Applying get_models: 100%|██████████| 5/5 [00:00<00:00, 13.07it/s]


{'head_nb5': Model(oseries=head_nb5, name=head_nb5, constant=True, noisemodel=False),
 'oseries1': Model(oseries=oseries1, name=oseries1, constant=True, noisemodel=False),
 'oseries3': Model(oseries=oseries3, name=oseries3, constant=True, noisemodel=False),
 'head_mw': Model(oseries=head_mw, name=head_mw, constant=True, noisemodel=False),
 'oseries2': Model(oseries=oseries2, name=oseries2, constant=True, noisemodel=False)}

The `max_workers` keyword argument sets the number of workers that are spawned. The default value is often fine, but it can be set explicitly.

The following works for `PasConnector`. See alternative code below for `ArcticDBConnector`.  

In [16]:
pstore.apply(
    "models", pstore.get_models, fancy_output=True, parallel=True, max_workers=5
)

Applying get_models (parallel): 100%|██████████| 5/5 [00:00<00:00, 25.60it/s]

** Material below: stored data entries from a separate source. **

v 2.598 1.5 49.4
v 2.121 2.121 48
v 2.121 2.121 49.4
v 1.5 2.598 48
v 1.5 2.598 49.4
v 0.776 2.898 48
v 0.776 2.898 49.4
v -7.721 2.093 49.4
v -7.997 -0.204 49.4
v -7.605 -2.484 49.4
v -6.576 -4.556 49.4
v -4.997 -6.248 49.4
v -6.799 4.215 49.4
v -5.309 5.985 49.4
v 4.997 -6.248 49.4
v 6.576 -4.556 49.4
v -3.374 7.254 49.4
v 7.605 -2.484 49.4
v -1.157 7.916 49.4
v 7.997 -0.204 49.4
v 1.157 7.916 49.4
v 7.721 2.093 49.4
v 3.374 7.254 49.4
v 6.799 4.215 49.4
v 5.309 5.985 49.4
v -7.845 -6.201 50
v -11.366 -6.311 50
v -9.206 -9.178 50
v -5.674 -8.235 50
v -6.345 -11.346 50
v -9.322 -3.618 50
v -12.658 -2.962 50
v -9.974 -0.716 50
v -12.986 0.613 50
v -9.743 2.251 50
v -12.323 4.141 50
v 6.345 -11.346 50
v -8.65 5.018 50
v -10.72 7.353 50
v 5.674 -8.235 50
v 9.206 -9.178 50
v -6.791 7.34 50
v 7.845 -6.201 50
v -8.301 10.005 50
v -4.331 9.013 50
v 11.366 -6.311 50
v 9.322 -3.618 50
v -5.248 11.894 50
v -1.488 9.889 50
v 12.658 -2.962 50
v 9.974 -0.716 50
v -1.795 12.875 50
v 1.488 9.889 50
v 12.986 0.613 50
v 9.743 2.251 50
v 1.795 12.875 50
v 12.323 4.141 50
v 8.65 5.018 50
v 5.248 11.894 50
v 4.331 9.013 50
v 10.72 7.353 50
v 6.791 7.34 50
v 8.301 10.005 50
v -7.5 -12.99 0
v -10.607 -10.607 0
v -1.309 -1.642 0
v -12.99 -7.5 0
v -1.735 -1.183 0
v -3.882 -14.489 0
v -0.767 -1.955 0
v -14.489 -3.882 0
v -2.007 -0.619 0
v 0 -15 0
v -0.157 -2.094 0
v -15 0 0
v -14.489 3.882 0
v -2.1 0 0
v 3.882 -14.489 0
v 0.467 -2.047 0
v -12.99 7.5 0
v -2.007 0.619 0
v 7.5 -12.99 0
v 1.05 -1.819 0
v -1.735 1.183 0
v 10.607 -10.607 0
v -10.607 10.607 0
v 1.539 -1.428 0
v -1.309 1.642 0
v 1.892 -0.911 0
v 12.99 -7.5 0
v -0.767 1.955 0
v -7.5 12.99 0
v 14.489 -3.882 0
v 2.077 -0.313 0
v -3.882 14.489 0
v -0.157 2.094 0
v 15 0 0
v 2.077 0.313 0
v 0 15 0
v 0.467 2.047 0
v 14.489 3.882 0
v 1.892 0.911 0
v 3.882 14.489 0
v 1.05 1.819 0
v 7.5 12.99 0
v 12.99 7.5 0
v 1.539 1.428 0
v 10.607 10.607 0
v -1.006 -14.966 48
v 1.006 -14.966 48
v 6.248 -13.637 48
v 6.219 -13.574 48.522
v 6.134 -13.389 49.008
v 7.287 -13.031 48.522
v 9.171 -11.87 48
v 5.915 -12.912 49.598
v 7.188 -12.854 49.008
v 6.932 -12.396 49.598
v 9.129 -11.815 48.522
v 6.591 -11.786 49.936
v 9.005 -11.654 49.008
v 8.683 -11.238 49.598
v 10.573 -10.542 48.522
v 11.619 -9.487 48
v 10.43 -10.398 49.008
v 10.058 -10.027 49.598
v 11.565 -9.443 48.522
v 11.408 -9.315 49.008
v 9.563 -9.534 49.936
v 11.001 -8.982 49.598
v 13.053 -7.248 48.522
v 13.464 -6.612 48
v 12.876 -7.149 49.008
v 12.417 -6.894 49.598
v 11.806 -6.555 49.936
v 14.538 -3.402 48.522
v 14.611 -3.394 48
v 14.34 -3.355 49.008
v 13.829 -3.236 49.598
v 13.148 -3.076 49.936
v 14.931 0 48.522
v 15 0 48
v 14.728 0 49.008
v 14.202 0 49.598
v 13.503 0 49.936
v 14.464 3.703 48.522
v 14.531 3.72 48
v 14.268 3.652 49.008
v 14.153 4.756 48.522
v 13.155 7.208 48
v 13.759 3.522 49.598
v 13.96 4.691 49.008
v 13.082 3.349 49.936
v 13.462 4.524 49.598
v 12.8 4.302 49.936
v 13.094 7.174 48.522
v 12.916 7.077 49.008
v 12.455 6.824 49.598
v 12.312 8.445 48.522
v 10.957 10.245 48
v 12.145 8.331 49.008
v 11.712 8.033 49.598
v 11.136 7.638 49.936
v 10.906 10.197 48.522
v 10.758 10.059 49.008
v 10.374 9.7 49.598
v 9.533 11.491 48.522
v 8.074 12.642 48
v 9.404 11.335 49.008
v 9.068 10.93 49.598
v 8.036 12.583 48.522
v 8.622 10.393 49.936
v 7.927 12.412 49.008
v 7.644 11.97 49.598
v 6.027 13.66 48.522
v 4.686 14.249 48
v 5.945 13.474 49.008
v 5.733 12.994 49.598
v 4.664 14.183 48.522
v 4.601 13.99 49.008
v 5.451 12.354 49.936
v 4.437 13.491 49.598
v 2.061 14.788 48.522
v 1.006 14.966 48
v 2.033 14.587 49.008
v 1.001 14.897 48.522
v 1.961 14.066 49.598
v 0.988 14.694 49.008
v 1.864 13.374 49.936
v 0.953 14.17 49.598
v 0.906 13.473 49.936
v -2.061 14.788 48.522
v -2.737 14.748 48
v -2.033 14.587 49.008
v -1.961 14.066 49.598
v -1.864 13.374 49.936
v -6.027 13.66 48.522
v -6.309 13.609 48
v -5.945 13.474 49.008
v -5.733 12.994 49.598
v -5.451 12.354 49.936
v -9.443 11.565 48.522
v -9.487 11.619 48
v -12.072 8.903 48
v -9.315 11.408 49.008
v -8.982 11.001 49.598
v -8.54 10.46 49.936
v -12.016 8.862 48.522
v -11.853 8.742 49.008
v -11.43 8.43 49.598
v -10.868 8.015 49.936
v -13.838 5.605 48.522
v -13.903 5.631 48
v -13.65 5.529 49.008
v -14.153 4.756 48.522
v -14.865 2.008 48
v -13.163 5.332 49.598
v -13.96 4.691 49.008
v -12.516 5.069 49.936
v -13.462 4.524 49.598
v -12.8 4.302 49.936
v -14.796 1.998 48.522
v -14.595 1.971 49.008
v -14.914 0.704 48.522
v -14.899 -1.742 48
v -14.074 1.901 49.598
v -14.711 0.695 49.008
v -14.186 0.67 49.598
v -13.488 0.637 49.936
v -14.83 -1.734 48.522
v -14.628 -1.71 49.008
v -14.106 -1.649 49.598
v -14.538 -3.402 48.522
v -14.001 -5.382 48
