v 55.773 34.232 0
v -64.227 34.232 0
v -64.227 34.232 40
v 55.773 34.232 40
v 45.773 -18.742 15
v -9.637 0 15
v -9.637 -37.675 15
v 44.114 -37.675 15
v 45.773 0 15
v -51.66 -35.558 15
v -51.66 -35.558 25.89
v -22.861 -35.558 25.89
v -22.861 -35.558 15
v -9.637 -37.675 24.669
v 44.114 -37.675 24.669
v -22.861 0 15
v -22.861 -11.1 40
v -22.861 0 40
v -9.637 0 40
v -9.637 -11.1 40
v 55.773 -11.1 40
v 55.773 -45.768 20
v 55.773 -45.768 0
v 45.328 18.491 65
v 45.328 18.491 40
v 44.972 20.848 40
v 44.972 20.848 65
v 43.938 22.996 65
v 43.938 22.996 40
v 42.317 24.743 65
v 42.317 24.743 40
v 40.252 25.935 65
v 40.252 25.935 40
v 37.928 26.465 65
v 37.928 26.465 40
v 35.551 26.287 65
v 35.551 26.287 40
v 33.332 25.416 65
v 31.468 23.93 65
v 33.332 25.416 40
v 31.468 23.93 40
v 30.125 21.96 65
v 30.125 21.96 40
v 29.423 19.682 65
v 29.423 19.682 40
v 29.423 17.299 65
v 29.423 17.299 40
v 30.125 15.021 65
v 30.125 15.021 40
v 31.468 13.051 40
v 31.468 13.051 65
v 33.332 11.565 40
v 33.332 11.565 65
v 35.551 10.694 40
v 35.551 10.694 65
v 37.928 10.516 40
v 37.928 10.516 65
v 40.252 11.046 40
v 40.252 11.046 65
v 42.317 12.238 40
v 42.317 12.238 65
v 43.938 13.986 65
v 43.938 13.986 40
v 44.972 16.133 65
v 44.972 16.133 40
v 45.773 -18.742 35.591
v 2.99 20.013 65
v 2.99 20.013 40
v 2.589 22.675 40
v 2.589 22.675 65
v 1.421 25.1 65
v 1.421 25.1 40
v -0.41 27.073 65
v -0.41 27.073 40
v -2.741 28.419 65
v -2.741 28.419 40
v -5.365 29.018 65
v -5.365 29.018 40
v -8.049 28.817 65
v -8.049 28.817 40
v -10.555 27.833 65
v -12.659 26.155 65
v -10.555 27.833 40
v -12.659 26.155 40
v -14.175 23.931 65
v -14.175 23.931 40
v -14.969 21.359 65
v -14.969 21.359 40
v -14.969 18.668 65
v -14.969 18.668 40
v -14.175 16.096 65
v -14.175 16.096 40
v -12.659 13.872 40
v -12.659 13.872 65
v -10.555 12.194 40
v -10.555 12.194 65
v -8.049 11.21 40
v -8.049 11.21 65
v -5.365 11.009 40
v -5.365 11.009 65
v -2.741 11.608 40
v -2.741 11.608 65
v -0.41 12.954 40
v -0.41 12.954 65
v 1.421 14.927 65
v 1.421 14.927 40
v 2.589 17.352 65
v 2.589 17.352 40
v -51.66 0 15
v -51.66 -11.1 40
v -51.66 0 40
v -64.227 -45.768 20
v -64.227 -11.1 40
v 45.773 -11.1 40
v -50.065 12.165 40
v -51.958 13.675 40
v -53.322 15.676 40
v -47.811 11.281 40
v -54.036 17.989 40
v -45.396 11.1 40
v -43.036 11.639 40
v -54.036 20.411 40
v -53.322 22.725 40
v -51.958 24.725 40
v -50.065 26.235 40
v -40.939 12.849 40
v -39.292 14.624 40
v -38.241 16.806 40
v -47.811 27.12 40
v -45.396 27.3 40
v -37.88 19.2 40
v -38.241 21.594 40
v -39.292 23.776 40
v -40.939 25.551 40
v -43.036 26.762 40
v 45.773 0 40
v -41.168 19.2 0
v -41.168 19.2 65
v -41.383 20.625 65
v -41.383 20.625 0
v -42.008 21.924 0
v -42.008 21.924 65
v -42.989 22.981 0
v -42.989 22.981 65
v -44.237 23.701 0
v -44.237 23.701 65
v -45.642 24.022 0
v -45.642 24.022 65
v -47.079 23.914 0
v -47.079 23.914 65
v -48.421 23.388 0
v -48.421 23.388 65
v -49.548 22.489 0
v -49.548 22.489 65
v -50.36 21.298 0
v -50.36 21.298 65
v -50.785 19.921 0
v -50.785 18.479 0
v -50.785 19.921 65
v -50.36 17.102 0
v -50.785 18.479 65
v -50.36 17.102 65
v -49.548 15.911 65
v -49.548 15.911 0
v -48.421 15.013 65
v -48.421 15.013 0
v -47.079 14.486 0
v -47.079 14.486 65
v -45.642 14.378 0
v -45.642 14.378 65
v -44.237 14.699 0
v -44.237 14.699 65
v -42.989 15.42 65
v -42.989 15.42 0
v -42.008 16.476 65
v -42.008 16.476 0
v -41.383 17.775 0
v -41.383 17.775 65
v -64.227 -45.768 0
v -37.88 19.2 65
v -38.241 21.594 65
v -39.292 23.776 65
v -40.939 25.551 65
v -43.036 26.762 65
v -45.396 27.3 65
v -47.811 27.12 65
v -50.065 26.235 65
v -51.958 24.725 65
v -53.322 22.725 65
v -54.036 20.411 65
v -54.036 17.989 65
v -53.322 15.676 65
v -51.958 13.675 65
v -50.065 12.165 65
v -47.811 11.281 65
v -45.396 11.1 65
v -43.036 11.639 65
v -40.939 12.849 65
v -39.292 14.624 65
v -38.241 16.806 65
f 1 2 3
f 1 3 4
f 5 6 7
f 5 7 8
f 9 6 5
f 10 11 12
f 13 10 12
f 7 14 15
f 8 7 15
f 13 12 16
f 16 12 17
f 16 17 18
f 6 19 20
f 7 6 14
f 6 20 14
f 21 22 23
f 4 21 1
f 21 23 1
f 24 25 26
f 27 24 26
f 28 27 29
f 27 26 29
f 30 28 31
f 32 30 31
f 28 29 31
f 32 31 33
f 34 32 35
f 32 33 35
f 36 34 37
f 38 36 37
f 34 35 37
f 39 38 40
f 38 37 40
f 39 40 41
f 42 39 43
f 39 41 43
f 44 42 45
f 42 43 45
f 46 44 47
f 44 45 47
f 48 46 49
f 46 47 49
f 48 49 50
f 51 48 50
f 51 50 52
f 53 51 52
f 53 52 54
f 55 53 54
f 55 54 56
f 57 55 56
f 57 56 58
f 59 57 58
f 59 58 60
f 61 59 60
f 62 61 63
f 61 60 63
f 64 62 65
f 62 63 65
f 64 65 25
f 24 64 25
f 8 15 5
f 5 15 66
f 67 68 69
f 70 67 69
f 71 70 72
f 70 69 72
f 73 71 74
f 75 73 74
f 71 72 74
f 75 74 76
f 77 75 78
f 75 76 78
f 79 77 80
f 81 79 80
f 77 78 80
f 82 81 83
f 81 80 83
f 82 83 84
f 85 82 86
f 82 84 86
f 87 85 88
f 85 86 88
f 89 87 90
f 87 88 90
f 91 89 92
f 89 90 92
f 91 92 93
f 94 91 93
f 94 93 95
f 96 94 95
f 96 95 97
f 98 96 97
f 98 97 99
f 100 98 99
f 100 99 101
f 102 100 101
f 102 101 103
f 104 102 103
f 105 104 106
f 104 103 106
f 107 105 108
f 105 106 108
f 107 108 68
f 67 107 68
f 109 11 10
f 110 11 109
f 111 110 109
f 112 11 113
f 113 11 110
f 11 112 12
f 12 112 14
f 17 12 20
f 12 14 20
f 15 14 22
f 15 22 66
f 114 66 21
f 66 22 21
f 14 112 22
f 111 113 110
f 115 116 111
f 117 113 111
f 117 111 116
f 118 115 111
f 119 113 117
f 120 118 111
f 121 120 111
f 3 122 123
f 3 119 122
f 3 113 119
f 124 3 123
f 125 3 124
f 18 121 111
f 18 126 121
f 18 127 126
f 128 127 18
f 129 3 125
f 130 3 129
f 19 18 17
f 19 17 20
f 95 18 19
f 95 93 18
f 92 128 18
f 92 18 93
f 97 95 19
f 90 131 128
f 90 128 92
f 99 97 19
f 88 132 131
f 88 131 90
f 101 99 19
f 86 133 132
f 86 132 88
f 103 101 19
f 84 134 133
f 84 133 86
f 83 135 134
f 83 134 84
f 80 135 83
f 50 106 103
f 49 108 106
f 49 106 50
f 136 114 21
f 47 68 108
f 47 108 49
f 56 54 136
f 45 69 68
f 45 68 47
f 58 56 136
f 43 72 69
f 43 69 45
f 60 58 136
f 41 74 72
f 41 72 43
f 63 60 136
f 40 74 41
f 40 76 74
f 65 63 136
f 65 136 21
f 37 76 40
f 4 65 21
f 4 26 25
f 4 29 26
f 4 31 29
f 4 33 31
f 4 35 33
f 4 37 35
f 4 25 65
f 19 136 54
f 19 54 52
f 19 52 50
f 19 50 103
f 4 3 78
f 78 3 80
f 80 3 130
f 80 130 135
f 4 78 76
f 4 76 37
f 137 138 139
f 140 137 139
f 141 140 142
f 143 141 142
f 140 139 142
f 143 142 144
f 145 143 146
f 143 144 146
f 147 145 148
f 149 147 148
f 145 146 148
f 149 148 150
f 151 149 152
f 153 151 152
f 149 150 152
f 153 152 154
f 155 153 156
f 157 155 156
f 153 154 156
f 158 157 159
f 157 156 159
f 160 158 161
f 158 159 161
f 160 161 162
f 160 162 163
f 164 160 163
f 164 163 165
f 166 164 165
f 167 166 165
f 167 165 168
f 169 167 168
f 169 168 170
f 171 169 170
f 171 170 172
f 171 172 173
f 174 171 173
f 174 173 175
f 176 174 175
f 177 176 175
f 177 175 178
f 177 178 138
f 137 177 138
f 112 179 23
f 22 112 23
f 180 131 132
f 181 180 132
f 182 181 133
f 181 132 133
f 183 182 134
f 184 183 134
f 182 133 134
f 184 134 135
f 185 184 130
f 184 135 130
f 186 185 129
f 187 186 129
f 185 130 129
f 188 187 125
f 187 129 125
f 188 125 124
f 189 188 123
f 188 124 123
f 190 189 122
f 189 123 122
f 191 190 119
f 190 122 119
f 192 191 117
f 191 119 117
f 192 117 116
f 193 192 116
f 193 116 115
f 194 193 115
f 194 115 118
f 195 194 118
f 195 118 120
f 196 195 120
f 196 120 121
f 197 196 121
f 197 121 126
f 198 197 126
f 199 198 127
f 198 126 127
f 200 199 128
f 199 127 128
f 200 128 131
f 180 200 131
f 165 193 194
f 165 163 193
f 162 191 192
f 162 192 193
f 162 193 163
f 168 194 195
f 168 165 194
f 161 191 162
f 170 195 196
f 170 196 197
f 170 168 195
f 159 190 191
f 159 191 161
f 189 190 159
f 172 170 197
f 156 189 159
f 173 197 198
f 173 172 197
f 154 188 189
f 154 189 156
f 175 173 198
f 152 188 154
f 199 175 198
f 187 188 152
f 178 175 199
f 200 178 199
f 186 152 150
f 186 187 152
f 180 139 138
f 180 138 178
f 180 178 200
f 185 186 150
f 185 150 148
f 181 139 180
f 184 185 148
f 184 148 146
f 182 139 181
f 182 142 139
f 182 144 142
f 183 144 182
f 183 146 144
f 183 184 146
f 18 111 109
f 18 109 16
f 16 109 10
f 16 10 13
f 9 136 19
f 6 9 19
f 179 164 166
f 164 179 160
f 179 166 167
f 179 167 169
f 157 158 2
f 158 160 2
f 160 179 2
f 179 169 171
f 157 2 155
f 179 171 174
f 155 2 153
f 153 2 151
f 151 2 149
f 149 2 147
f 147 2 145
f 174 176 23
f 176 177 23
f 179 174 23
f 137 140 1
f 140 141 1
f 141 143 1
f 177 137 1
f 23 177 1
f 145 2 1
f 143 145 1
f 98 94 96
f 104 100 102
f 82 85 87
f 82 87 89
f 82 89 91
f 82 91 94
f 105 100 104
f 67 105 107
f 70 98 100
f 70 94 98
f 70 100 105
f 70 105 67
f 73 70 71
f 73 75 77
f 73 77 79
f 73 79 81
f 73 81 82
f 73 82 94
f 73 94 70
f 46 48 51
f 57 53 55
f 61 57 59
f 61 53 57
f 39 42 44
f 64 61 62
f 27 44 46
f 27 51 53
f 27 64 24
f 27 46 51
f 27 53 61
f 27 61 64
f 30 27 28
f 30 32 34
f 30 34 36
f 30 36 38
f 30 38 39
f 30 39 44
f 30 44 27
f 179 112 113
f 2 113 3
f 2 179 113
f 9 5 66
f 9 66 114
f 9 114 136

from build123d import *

# Parameters (mm, degrees)
F0_W     = 120
F0_H     = 80
F1_DEPTH = 40
F2_W     = 28.798189
F2_H     = 35.557579
F3_DEPTH = 25
F5_DEPTH = 120.001
F6_R     = 8.123016
F6_R_2   = 9.029606
F6_R_3   = 7.997109
F7_DEPTH = 25
F8_R     = 4.835396
F9_DEPTH = 65.001


with BuildPart() as f1:
    # F0 (on Top) → F1 (new body)
    with BuildSketch(Plane.XY):
        with Locations((-4.226902, -5.768067)):
            Rectangle(F0_W, F0_H)
    extrude(amount=F1_DEPTH)

    # F2 (on face) → F3 (cut)
    with BuildSketch(Plane.XY.offset(40)):
        with Locations((-37.26047, -17.778789)):
            Rectangle(F2_W, F2_H)
        Polygon((45.773098, 0), (-9.63674, 0), (-9.63674, -37.675409), (44.113688, -37.675409), (45.773098, -18.742215), align=None)
    extrude(amount=-F3_DEPTH, mode=Mode.SUBTRACT)

    # F4 (on face) → F5 (cut, through all)
    with BuildSketch(Plane.YZ.offset(55.773098)):
        Polygon((-45.768067, 40), (-45.768067, 20), (-11.09978, 40), align=None)
    extrude(amount=-F5_DEPTH, mode=Mode.SUBTRACT)

    # F6 (on face) → F7 (join)
    with BuildSketch(Plane.XY.offset(40)):
        with Locations((-46.003349, 19.200161)):
            Circle(F6_R)
        with Locations((-6.039798, 20.013448)):
            Circle(F6_R_2)
        with Locations((37.330549, 18.490579)):
            Circle(F6_R_3)
    extrude(amount=F7_DEPTH)

    # F8 (on face) → F9 (cut, through all)
    with BuildSketch(Plane.XY.offset(65)):
        with Locations((-46.003349, 19.200161)):
            Circle(F8_R)
    extrude(amount=-F9_DEPTH, mode=Mode.SUBTRACT)


solid = f1.part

{'head_nb5': Model(oseries=head_nb5, name=head_nb5, constant=True, noisemodel=False),
 'oseries1': Model(oseries=oseries1, name=oseries1, constant=True, noisemodel=False),
 'oseries3': Model(oseries=oseries3, name=oseries3, constant=True, noisemodel=False),
 'head_mw': Model(oseries=head_mw, name=head_mw, constant=True, noisemodel=False),
 'oseries2': Model(oseries=oseries2, name=oseries2, constant=True, noisemodel=False)}

For `ArcticDBConnector` the underlying objects that manage the database connection cannot be pickled. Therefore, passing a method directly from the `PastaStore` or `ArcticDBConnector` classes will not work in parallel mode. 

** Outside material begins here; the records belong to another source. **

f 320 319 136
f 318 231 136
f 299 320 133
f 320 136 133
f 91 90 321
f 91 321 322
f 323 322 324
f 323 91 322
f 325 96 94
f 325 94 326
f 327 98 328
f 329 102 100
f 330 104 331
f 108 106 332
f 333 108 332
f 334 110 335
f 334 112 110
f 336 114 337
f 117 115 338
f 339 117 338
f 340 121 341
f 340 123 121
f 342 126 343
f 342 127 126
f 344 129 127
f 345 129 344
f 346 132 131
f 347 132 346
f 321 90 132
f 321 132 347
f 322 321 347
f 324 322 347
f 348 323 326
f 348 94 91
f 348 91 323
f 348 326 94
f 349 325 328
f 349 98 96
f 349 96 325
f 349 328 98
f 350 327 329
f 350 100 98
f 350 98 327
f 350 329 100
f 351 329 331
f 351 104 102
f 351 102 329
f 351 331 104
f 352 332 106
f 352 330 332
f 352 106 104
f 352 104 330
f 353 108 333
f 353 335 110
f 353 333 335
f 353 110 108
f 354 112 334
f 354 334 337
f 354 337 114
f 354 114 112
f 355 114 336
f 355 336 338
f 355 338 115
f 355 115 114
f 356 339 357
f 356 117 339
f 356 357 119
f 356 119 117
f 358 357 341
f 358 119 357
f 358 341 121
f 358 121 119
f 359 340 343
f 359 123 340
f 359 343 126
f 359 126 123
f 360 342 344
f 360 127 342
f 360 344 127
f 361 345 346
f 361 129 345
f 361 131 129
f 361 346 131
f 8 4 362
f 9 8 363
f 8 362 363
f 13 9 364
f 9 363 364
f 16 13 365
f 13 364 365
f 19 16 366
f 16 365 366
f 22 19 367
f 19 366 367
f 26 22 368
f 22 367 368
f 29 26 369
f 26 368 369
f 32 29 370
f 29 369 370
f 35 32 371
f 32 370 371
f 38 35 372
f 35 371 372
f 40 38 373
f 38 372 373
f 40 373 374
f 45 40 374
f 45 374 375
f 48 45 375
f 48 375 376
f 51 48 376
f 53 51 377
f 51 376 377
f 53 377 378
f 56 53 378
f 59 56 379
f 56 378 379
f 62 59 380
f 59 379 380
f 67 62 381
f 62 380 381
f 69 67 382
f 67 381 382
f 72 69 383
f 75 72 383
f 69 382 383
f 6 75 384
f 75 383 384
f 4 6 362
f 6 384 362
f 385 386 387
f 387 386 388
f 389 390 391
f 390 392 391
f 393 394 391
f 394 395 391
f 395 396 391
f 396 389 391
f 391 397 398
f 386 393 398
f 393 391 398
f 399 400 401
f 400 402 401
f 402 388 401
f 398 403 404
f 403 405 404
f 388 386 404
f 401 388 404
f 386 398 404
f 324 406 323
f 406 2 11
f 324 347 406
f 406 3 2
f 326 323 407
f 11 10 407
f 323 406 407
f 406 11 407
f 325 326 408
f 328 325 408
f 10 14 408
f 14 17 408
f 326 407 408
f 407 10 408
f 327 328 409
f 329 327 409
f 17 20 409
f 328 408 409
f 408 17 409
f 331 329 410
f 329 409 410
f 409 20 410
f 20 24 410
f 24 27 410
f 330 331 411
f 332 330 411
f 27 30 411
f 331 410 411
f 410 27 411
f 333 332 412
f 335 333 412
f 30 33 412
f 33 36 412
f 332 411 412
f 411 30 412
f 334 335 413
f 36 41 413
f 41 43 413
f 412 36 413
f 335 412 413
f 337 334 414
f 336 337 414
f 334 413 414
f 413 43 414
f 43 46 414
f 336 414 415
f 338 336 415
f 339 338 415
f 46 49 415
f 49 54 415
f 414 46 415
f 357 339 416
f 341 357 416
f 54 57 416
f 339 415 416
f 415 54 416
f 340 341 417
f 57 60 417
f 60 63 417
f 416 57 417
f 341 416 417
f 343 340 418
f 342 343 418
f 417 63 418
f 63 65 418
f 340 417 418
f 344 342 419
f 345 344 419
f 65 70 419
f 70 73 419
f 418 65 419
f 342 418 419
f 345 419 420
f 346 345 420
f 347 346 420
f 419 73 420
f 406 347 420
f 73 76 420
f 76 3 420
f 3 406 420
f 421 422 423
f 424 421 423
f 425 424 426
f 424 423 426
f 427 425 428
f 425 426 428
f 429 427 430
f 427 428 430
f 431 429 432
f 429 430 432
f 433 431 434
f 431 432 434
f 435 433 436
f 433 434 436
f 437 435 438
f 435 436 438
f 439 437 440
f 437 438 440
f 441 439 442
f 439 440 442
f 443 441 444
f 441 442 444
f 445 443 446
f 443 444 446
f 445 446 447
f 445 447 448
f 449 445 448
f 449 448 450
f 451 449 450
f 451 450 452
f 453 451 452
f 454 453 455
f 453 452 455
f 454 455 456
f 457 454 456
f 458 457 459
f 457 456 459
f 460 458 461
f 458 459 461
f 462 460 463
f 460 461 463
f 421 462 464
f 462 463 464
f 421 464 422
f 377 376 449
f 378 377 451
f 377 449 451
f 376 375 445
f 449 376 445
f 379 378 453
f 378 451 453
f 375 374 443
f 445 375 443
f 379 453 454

The solution is to write a simple function that assumes there is global connector object `conn` and use that to obtain data from the database.

In [17]:
# Simple function to get models from database
def get_model(model_name):
    """ArcticDBConnector alternative for getting models from database."""
    return conn.get_model(model_name)

In [18]:
pstore.apply("models", get_model, fancy_output=True, parallel=True, max_workers=5)

Applying get_model (parallel): 100%|██████████| 5/5 [00:00<00:00, 26.68it/s]


{'head_nb5': Model(oseries=head_nb5, name=head_nb5, constant=True, noisemodel=False),
 'oseries1': Model(oseries=oseries1, name=oseries1, constant=True, noisemodel=False),
 'oseries3': Model(oseries=oseries3, name=oseries3, constant=True, noisemodel=False),
 'head_mw': Model(oseries=head_mw, name=head_mw, constant=True, noisemodel=False),
 'oseries2': Model(oseries=oseries2, name=oseries2, constant=True, noisemodel=False)}

Clean up temporary pastastore.

In [19]:
pst.util.delete_pastastore(pstore)

Deleting PasConnector database: 'my_connector' ...  Done!